Now SEBI has vided a Consultation Paper dt: May 18, 2023, titled “Consultation Paper on proposed review of the definition of Unpublished Price Sensitive Information (UPSI) under SEBI (Prohibition of Insider Trading) Regulations, 2015 to bring greater clarity and uniformity of compliance in the ecosystem” [‘Consultation Paper 2023’] it is being proposed to amend the definition of UPSI under PIT Regulations and add “(vi) material event in accordance with Regulation 30 of SEBI (Listing Obligations and Disclosure Requirements) Regulations, 2015” in the definition of UPSI. So, it is proposed that material event in accordance with Regulation 30 would be considered as UPSI. Giving rationale behind this move SEBI highlighted that, “It was observed from the analysis that, by and large companies categorised only the items explicitly mentioned in Regulation 2(1)(n) of PIT Regulations as UPSI. The market feedback also suggested that most companies consider this to be a ‘uniform practice’ since this is explicitly articulated in PIT Regulations.”[1]
This highlights that companies were not exercising proper care and diligence in the matter, which has led to SEBI issuing a consultation paper proposing to amend the definition of UPSI under the PIT Regulations by linking it to the material events as defined under Regulation 30 of SEBI [Listing Obligations and Disclosures] Regulations, 2015 [“LODR Regulations”].
Now going forward if this gets approved then what would be the scenario? Let us try to understand the same in this article.
Introduction:
Para A and Para B, Part A Schedule III read with Regulation 30 of LODR Regulations, specifies disclosures of events or information to be made to the stock exchanges by listed entities which have specified securities listed on the stock exchange whereas Part B specifies disclosure requirements applicable to listed entities having non-convertible securities listed on the stock exchange.
On analyzing Para A and Para B of Part A of the Schedule III it is seen that there are forty-one sets of events or information which require disclosures to the stock exchanges. So, can it be said that all such forty-one sets of information be considered as UPSI? Amongst these forty-one instances of events or information there would be certain events or information which would be recurring nature viz. change in senior management, change in RTA, disclosure of events or information that are sent to shareholders etc.
Material information or events as stated above falling under the ambit of Part A Schedule III, if are considered as UPSI under PIT Regulations then listed entities would need to keep its trading window closed for the entire year and it would be difficult for designated persons to trade in the securities of the company except if he has a trading plan.

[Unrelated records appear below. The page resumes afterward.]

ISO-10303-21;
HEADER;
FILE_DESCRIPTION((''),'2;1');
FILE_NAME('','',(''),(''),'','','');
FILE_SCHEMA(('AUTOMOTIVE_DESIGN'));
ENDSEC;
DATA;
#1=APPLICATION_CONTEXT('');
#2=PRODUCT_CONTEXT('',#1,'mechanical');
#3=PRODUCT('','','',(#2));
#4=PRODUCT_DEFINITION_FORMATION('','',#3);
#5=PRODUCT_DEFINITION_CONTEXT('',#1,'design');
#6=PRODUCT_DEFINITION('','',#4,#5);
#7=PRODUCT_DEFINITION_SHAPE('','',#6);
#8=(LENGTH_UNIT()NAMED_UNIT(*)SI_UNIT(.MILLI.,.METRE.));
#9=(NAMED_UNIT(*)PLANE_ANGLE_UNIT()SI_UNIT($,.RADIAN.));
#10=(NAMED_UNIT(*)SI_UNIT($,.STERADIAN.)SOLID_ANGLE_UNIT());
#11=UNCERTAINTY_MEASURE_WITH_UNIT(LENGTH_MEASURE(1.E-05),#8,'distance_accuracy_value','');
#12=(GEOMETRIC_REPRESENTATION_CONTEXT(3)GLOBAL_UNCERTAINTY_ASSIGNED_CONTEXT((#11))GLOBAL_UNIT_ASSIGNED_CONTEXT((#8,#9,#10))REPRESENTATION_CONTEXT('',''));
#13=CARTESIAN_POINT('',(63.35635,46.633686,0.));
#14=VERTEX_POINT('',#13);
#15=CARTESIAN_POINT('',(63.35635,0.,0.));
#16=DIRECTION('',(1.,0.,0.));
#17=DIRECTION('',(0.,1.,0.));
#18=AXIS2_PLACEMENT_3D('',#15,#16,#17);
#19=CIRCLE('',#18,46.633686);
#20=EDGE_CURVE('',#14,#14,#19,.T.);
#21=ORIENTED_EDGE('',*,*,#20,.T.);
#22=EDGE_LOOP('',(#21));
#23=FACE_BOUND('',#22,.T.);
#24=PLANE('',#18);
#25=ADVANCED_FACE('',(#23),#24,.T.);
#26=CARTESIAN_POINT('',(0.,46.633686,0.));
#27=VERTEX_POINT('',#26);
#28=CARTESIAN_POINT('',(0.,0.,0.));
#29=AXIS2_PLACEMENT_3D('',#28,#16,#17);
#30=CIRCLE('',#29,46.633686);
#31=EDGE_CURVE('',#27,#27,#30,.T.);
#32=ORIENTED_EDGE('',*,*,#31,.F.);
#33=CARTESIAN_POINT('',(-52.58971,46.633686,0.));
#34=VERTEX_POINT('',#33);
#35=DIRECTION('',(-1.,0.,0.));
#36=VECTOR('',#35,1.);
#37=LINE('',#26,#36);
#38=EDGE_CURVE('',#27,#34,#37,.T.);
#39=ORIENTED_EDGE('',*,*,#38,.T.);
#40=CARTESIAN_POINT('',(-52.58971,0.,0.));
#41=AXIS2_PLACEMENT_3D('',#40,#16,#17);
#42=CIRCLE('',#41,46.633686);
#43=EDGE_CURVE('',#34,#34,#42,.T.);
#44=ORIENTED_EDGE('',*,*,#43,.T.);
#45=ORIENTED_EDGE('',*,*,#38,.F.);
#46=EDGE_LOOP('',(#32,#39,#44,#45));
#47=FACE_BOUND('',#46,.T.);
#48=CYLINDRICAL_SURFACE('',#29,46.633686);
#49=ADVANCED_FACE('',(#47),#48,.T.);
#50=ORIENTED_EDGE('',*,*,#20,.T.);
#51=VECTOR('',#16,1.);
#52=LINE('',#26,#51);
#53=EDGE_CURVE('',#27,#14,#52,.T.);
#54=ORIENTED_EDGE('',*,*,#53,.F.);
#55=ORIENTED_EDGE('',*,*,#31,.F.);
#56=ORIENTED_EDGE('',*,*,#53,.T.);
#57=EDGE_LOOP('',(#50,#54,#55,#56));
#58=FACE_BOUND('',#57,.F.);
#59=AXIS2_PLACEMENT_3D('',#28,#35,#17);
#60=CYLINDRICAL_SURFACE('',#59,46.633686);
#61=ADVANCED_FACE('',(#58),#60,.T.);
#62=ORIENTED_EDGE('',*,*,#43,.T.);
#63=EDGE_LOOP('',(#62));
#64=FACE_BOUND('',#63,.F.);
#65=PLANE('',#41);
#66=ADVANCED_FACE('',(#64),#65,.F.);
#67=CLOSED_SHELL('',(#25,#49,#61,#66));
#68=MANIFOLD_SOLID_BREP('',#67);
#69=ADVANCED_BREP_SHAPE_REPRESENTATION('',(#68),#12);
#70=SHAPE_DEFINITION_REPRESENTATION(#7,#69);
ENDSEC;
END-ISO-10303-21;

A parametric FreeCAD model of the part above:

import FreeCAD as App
import Part
import Sketcher

doc = App.newDocument("Part")
body = doc.addObject("PartDesign::Body", "Body")

sketch1 = body.newObject("Sketcher::SketchObject", "Sketch")
sketch1.AttachmentSupport = (doc.getObject("YZ_Plane"), [""])
sketch1.MapMode = "FlatFace"
sketch1.addGeometry(Part.Circle(App.Vector(0, 0, 0), App.Vector(0, 0, 1), 47), False)
sketch1.addConstraint(Sketcher.Constraint("Coincident", 0, 3, -1, 1))
sketch1.addConstraint(Sketcher.Constraint("Diameter", 0, 93.267373))
pad1 = body.newObject("PartDesign::Pad", "Pad")
pad1.Profile = sketch1
pad1.Type = "TwoLengths"
pad1.Length = 52.58971
pad1.Length2 = 63.35635
pad1.Reversed = True

doc.recompute()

Thus, there is a possibility that the requirement of trading plan might become a mandate for all the designated persons if the proposals under Consultation Paper dt: May 18, 2023, gets approved.
But as we have seen there are certain material events or material information under Part A that are recurring in nature and occurrence of such events might not materially impact the price of the securities of the company. But, if proposals under the Consultation Paper 2023 sails through then all the forty-one instances of material events or information would be considered as UPSI.

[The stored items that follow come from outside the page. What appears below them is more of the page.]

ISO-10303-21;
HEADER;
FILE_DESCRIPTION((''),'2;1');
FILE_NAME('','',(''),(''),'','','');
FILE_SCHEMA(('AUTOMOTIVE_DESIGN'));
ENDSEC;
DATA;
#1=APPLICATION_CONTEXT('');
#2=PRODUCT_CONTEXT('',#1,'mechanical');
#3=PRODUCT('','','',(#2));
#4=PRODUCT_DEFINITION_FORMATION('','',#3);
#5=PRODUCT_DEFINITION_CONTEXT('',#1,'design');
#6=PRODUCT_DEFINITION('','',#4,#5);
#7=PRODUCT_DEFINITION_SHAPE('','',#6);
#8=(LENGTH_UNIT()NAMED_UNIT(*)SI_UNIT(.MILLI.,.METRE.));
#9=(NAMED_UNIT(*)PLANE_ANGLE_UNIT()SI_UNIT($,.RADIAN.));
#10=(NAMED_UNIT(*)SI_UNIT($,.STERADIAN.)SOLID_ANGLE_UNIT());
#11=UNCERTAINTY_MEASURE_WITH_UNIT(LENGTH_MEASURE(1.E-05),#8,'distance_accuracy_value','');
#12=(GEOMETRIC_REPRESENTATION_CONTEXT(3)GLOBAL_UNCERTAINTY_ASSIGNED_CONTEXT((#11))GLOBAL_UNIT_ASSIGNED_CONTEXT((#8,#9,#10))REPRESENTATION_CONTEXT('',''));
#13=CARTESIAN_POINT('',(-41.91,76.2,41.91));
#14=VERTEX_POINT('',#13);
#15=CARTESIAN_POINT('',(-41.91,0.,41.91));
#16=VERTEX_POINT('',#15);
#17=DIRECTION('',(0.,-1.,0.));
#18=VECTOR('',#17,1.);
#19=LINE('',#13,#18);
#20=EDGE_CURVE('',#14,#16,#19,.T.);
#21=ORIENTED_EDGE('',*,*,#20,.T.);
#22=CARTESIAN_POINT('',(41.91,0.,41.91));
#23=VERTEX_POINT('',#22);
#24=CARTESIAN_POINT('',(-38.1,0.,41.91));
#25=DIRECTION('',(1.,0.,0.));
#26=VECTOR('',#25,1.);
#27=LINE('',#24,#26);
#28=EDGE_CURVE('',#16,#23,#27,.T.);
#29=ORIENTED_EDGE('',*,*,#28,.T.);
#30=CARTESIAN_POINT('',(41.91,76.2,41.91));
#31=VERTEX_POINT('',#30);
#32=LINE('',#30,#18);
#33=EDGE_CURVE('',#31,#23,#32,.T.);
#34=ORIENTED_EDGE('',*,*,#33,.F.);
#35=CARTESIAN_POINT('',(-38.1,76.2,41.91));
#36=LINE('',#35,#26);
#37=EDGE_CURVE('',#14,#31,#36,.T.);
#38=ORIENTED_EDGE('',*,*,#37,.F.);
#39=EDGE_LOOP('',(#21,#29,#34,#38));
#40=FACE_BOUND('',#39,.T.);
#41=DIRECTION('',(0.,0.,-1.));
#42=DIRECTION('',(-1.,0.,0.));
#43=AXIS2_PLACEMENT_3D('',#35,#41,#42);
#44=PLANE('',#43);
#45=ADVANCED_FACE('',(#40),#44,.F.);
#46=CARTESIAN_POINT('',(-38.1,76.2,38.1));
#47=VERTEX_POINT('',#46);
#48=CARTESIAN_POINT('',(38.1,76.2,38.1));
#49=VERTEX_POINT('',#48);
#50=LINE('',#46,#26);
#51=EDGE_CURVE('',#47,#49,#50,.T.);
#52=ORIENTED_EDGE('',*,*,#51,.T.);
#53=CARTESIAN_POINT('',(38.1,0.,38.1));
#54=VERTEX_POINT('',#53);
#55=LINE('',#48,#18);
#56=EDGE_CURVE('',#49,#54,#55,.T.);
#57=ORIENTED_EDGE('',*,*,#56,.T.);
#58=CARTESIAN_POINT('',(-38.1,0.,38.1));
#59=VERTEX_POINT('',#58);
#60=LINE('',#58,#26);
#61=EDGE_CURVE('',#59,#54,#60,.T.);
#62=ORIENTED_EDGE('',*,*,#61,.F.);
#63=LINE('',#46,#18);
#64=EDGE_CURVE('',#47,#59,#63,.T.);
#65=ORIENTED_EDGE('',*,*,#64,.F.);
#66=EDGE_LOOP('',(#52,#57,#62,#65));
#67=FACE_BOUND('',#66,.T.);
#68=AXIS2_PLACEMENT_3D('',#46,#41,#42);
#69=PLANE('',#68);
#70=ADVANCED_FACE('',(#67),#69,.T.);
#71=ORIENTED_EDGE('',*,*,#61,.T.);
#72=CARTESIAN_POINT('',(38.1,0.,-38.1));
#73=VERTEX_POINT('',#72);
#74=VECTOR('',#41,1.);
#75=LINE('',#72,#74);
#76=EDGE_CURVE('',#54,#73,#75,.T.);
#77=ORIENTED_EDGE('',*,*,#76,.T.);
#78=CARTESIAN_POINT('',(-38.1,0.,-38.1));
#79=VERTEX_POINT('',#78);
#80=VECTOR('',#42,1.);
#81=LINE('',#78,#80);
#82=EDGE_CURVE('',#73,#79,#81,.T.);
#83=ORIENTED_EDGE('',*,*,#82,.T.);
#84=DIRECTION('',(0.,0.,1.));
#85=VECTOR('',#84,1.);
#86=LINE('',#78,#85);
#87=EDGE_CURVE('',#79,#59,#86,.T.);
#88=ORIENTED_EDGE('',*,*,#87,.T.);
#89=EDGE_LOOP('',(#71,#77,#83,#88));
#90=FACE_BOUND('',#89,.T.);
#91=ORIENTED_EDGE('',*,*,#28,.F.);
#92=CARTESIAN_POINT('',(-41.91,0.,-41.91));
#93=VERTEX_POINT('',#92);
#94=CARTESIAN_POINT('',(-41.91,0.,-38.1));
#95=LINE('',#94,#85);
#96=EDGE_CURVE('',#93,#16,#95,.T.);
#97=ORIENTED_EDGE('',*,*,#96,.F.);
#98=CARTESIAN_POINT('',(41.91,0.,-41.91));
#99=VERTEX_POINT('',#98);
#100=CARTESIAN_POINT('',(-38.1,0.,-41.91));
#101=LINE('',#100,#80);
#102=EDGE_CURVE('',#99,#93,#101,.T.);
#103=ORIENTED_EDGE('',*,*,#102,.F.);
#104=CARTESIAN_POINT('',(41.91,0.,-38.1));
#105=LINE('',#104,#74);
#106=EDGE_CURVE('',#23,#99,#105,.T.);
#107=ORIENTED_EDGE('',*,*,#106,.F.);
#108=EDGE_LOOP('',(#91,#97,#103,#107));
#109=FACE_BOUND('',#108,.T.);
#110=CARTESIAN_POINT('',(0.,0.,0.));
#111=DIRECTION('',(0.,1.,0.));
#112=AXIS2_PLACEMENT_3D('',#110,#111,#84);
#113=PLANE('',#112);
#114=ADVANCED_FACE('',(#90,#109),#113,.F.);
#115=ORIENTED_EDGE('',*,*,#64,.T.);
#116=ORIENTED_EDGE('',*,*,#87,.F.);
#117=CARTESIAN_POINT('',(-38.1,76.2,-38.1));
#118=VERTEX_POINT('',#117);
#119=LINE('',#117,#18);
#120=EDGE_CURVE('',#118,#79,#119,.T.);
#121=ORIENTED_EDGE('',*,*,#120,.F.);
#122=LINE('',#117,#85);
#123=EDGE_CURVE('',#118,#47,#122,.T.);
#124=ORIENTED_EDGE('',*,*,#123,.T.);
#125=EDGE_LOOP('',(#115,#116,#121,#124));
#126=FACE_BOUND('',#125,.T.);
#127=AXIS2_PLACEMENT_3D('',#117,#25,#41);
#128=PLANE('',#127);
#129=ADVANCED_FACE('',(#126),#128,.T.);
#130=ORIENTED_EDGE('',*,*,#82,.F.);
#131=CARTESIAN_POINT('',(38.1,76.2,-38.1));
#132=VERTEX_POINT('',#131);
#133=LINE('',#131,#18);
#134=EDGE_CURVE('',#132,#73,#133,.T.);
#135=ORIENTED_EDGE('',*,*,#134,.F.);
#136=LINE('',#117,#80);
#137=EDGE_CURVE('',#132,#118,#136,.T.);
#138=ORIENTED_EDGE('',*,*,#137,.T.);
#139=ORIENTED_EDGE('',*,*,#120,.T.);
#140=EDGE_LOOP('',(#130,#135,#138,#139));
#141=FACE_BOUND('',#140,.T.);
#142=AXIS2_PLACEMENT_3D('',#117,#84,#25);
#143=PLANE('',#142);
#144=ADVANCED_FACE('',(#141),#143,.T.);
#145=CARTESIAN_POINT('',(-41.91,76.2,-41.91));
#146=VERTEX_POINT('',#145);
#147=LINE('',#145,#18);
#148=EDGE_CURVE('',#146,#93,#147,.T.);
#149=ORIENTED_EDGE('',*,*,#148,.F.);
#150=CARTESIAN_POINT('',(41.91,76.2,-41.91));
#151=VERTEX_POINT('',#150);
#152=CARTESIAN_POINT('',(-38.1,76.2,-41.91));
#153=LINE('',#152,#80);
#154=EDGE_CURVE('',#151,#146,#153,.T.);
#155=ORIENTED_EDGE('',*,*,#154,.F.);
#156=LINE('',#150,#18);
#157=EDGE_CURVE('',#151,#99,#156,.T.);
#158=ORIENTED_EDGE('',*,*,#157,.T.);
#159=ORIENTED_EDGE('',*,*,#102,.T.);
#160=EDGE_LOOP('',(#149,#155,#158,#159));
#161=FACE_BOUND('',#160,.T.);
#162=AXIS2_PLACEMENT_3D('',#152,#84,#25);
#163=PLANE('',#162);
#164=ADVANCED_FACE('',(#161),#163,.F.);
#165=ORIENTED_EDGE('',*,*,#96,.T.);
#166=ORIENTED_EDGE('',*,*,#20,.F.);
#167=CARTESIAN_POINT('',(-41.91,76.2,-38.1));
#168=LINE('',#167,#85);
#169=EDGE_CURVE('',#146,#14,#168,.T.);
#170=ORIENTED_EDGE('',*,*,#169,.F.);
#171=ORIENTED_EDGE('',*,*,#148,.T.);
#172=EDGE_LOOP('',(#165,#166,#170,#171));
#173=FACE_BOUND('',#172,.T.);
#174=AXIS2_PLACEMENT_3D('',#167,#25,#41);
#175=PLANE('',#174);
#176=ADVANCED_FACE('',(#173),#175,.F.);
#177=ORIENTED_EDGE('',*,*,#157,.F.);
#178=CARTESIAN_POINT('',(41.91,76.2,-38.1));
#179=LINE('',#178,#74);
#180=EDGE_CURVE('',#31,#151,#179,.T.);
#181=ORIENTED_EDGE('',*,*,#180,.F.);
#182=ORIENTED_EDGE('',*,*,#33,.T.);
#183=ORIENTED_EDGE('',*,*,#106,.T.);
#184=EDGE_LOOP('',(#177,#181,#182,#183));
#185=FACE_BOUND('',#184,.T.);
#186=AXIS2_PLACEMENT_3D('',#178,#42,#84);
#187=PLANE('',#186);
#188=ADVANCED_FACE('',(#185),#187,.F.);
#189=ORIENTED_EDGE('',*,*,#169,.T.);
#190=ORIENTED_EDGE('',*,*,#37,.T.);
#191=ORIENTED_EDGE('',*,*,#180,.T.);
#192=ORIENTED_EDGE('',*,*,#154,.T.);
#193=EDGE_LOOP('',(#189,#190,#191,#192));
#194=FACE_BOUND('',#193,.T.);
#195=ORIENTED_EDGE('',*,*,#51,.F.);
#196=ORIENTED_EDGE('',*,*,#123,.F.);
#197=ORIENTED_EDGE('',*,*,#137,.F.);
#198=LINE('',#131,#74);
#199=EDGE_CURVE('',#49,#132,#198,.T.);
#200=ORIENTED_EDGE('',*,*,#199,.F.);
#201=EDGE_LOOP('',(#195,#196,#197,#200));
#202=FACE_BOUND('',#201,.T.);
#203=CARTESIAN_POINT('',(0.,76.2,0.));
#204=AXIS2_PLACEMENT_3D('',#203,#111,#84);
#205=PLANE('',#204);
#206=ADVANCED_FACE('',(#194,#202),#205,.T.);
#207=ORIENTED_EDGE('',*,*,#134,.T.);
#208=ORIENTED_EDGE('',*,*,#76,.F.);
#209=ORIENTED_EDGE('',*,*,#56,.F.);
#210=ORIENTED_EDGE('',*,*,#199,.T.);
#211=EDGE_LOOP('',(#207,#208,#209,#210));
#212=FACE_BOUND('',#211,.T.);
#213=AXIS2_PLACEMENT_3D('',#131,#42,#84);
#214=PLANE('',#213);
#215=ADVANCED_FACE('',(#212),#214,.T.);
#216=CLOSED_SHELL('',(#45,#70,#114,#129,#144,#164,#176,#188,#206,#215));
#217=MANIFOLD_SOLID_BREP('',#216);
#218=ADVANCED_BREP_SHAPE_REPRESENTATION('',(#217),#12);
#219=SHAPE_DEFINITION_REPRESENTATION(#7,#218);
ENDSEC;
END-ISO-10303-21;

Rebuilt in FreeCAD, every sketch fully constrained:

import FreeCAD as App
import Part
import Sketcher
from FreeCAD import Vector
Q = App.Units.Quantity


def faces_at(feature, points):
    """Names of the faces that lie closest to the given points."""
    faces = feature.Shape.Faces
    near = lambda p: min(range(len(faces)), key=lambda i: faces[i].distToShape(Part.Vertex(*p))[0])
    return sorted({f"Face{near(p) + 1}" for p in points})


def add_polygon(sketch, points):
    """Adds a closed chain of lines whose ends are joined by coincident constraints."""
    first, n = sketch.GeometryCount, len(points)
    for a, b in zip(points, points[1:] + points[:1]):
        sketch.addGeometry(Part.LineSegment(App.Vector(*a, 0), App.Vector(*b, 0)), False)
    for i in range(n):
        sketch.addConstraint(Sketcher.Constraint("Coincident", first + i, 2, first + (i + 1) % n, 1))

doc = App.newDocument("Part")
body = doc.addObject("PartDesign::Body", "Body")

sketch1 = body.newObject("Sketcher::SketchObject", "Sketch")
sketch1.AttachmentSupport = (doc.getObject("XZ_Plane"), [""])
sketch1.MapMode = "FlatFace"
add_polygon(sketch1, [(-38, -38), (-38, 38), (38, 38), (38, -38)])
sketch1.addConstraint([
    Sketcher.Constraint("Vertical", 0),
    Sketcher.Constraint("Horizontal", 1),
    Sketcher.Constraint("Vertical", 2),
    Sketcher.Constraint("Horizontal", 3),
    Sketcher.Constraint("Symmetric", 0, 2, 2, 2, -1, 1),
    Sketcher.Constraint("Equal", 3, 0),
    Sketcher.Constraint("DistanceX", 1, 1, 1, 2, Q("3 in")),
])
pad1 = body.newObject("PartDesign::Pad", "Pad")
pad1.Profile = sketch1
pad1.Length = Q("3 in")
pad1.Reversed = True
doc.recompute()

thickness = body.newObject("PartDesign::Thickness", "Thickness")
thickness.Base = (pad1, faces_at(pad1, [(0, 0, 0), (0, 76.2, 0)]))
thickness.Value = Q("0.15 in")
thickness.Reversed = False
thickness.Join = "Intersection"

doc.recompute()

Navigating the nuances of materiality and price sensitivity:
All events listed under Schedule III are deemed material or are material subject to certain conditions, but can it be said that all of them carry inherent price sensitive implications. Distinguishing between materiality and price sensitivity is crucial to effectively identify UPSI.

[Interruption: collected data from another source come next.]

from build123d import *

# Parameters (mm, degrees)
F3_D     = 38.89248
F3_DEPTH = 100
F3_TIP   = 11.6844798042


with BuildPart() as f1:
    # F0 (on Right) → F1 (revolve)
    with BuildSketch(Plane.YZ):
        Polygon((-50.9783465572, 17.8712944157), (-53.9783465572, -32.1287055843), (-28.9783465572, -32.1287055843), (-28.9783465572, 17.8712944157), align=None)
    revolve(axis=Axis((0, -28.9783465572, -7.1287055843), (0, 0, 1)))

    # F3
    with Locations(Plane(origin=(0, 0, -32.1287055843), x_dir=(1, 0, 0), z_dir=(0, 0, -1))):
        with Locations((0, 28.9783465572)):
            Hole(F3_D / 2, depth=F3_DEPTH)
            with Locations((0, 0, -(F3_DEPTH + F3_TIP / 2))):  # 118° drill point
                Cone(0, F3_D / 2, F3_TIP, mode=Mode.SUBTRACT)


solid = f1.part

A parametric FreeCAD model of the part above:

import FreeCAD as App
import Part
import Sketcher
Q = App.Units.Quantity

doc = App.newDocument("Part")
params = doc.addObject("Spreadsheet::Sheet", "Params")
for row, (alias, value) in enumerate([
    ("sketch1_width", "25 mm"),
    ("sketch1_width2", "22 mm"),
    ("sketch1_height", "50 mm"),
    ("revolution_angle", "360 deg"),
    ("hole_diameter", "38.89248 mm"),
    ("hole_depth", "100 mm"),
], start=1):
    params.set(f"A{row}", alias)
    params.set(f"B{row}", "=" + value)
    params.setAlias(f"B{row}", alias)

body = doc.addObject("PartDesign::Body", "Body")

sketch1 = body.newObject("Sketcher::SketchObject", "Sketch")
sketch1.AttachmentSupport = (doc.getObject("YZ_Plane"), [""])
sketch1.MapMode = "FlatFace"
sketch1.addGeometry(Part.LineSegment(App.Vector(-51, 18, 0), App.Vector(-54, -32, 0)), False)
sketch1.addGeometry(Part.LineSegment(App.Vector(-54, -32, 0), App.Vector(-29, -32, 0)), False)
sketch1.addGeometry(Part.LineSegment(App.Vector(-29, -32, 0), App.Vector(-29, 18, 0)), False)
sketch1.addGeometry(Part.LineSegment(App.Vector(-29, 18, 0), App.Vector(-51, 18, 0)), False)
sketch1.addGeometry(Part.LineSegment(App.Vector(-29, -32, 0), App.Vector(-29, 18, 0)), True)
sketch1.addConstraint(Sketcher.Constraint("Coincident", 0, 2, 1, 1))
sketch1.addConstraint(Sketcher.Constraint("Coincident", 1, 2, 2, 1))
sketch1.addConstraint(Sketcher.Constraint("Coincident", 2, 2, 3, 1))
sketch1.addConstraint(Sketcher.Constraint("Coincident", 3, 2, 0, 1))
sketch1.addConstraint(Sketcher.Constraint("Horizontal", 1))
sketch1.addConstraint(Sketcher.Constraint("Vertical", 2))
sketch1.addConstraint(Sketcher.Constraint("Horizontal", 3))
sketch1.addConstraint(Sketcher.Constraint("Vertical", 4))
sketch1.addConstraint(Sketcher.Constraint("Coincident", 4, 1, 1, 2))
sketch1.addConstraint(Sketcher.Constraint("Horizontal", 3, 2, 4, 2))
sketch1.addConstraint(Sketcher.Constraint("DistanceX", 1, 1, 1, 2, Q("25 mm")))
sketch1.addConstraint(Sketcher.Constraint("DistanceX", 3, 2, 3, 1, Q("22 mm")))
sketch1.addConstraint(Sketcher.Constraint("DistanceY", 2, 1, 2, 2, Q("50 mm")))
sketch1.addConstraint(Sketcher.Constraint("DistanceX", 0, 2, -1, 1, Q("53.978347 mm")))
sketch1.addConstraint(Sketcher.Constraint("DistanceY", 0, 2, -1, 1, Q("32.128706 mm")))
sketch1.setExpression("Constraints[10]", "Params.sketch1_width")
sketch1.setExpression("Constraints[11]", "Params.sketch1_width2")
sketch1.setExpression("Constraints[12]", "Params.sketch1_height")
revolution = body.newObject("PartDesign::Revolution", "Revolution")
revolution.Profile = sketch1
revolution.ReferenceAxis = (sketch1, ["Axis0"])
revolution.setExpression("Angle", "Params.revolution_angle")

sketch2 = body.newObject("Sketcher::SketchObject", "Sketch001")
sketch2.AttachmentSupport = (doc.getObject("XY_Plane"), [""])
sketch2.MapMode = "FlatFace"
sketch2.AttachmentOffset = App.Placement(App.Vector(0, 0, -32.128706), App.Rotation())
sketch2.addGeometry(Part.Circle(App.Vector(0, -29, 0), App.Vector(0, 0, 1), 19), False)
sketch2.addConstraint(Sketcher.Constraint("PointOnObject", 0, 3, -2))
sketch2.addConstraint(Sketcher.Constraint("Diameter", 0, Q("38.89248 mm")))
sketch2.addConstraint(Sketcher.Constraint("DistanceY", 0, 3, -1, 1, Q("28.978347 mm")))
doc.recompute()
hole = body.newObject("PartDesign::Hole", "Hole")
hole.Profile = sketch2
hole.ThreadType = "None"
hole.setExpression("Diameter", "Params.hole_diameter")
hole.DepthType = "Dimension"
hole.setExpression("Depth", "Params.hole_depth")
hole.DrillPoint = "Angled"
hole.DrillPointAngle = 118
hole.Reversed = True

doc.recompute()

There may be scenarios wherein all the Board of directors of the listed entity have resigned or majority of senior management employees in the listed entity have resigned or there are instances of frauds made by the directors or senior management personnel then in such events which are exceptional in nature it would be justified to treat such information as price sensitive not just because it is material event covered under Schedule III but also because such events may have potential impact on the stock prices of the listed entity.
This leads us to an understanding that not all material events or information may be considered as a UPSI just because it is covered under Schedule III the criteria for categorizing any material event as an UPSI would depend upon the situation or scenarios at that point in time. So, identification of UPSI would differ from company to company.
Every company thus would have to assess at and accordingly frame a policy or a Standard Operating Procedure [‘SOP’] to categorize material events or information under Part A Schedule III as an UPSI rather than categorizing each material event or information as an UPSI. SOPs would help listed entities to identify and discriminate between materiality and UPSI. Also, while formulating such SOPs, it becomes important that listed entities bear in mind that SOP is not a parallel law, and it cannot be inclusive of all the possible situations and thus exercise of proper judgement in exceptional circumstances shall always be required on behalf of listed entities.
Precedents and Regulatory bindings:
Regulation 9A of the PIT Regulations mandates the establishment of adequate internal controls to prevent insider trading.
Regulation 9A (1) and 9A (2) of the PIT Regulations reads as follows:
9A. (1) The Chief Executive Officer, Managing Director or such other analogous person of a listed company, intermediary or fiduciary shall put in place adequate and effective system of internal controls to ensure compliance with the requirements given in these regulations to prevent insider trading.
(2) The internal controls shall include the following:
(a). all employees who have access to unpublished price sensitive information are identified as designated person;
(b). all the unpublished price sensitive information shall be identified and its confidentiality shall be maintained as per the requirements of these regulations;
(c). adequate restrictions shall be placed on communication or procurement of unpublished price sensitive information as required by these regulations;
(d). lists of all employees and other persons with whom unpublished price sensitive information is shared shall be maintained and confidentiality agreements shall be signed or notice shall be served to all such employees and persons;
(e). all other relevant requirements specified under these regulations shall be complied with;
(f). periodic process review to evaluate effectiveness of such internal controls.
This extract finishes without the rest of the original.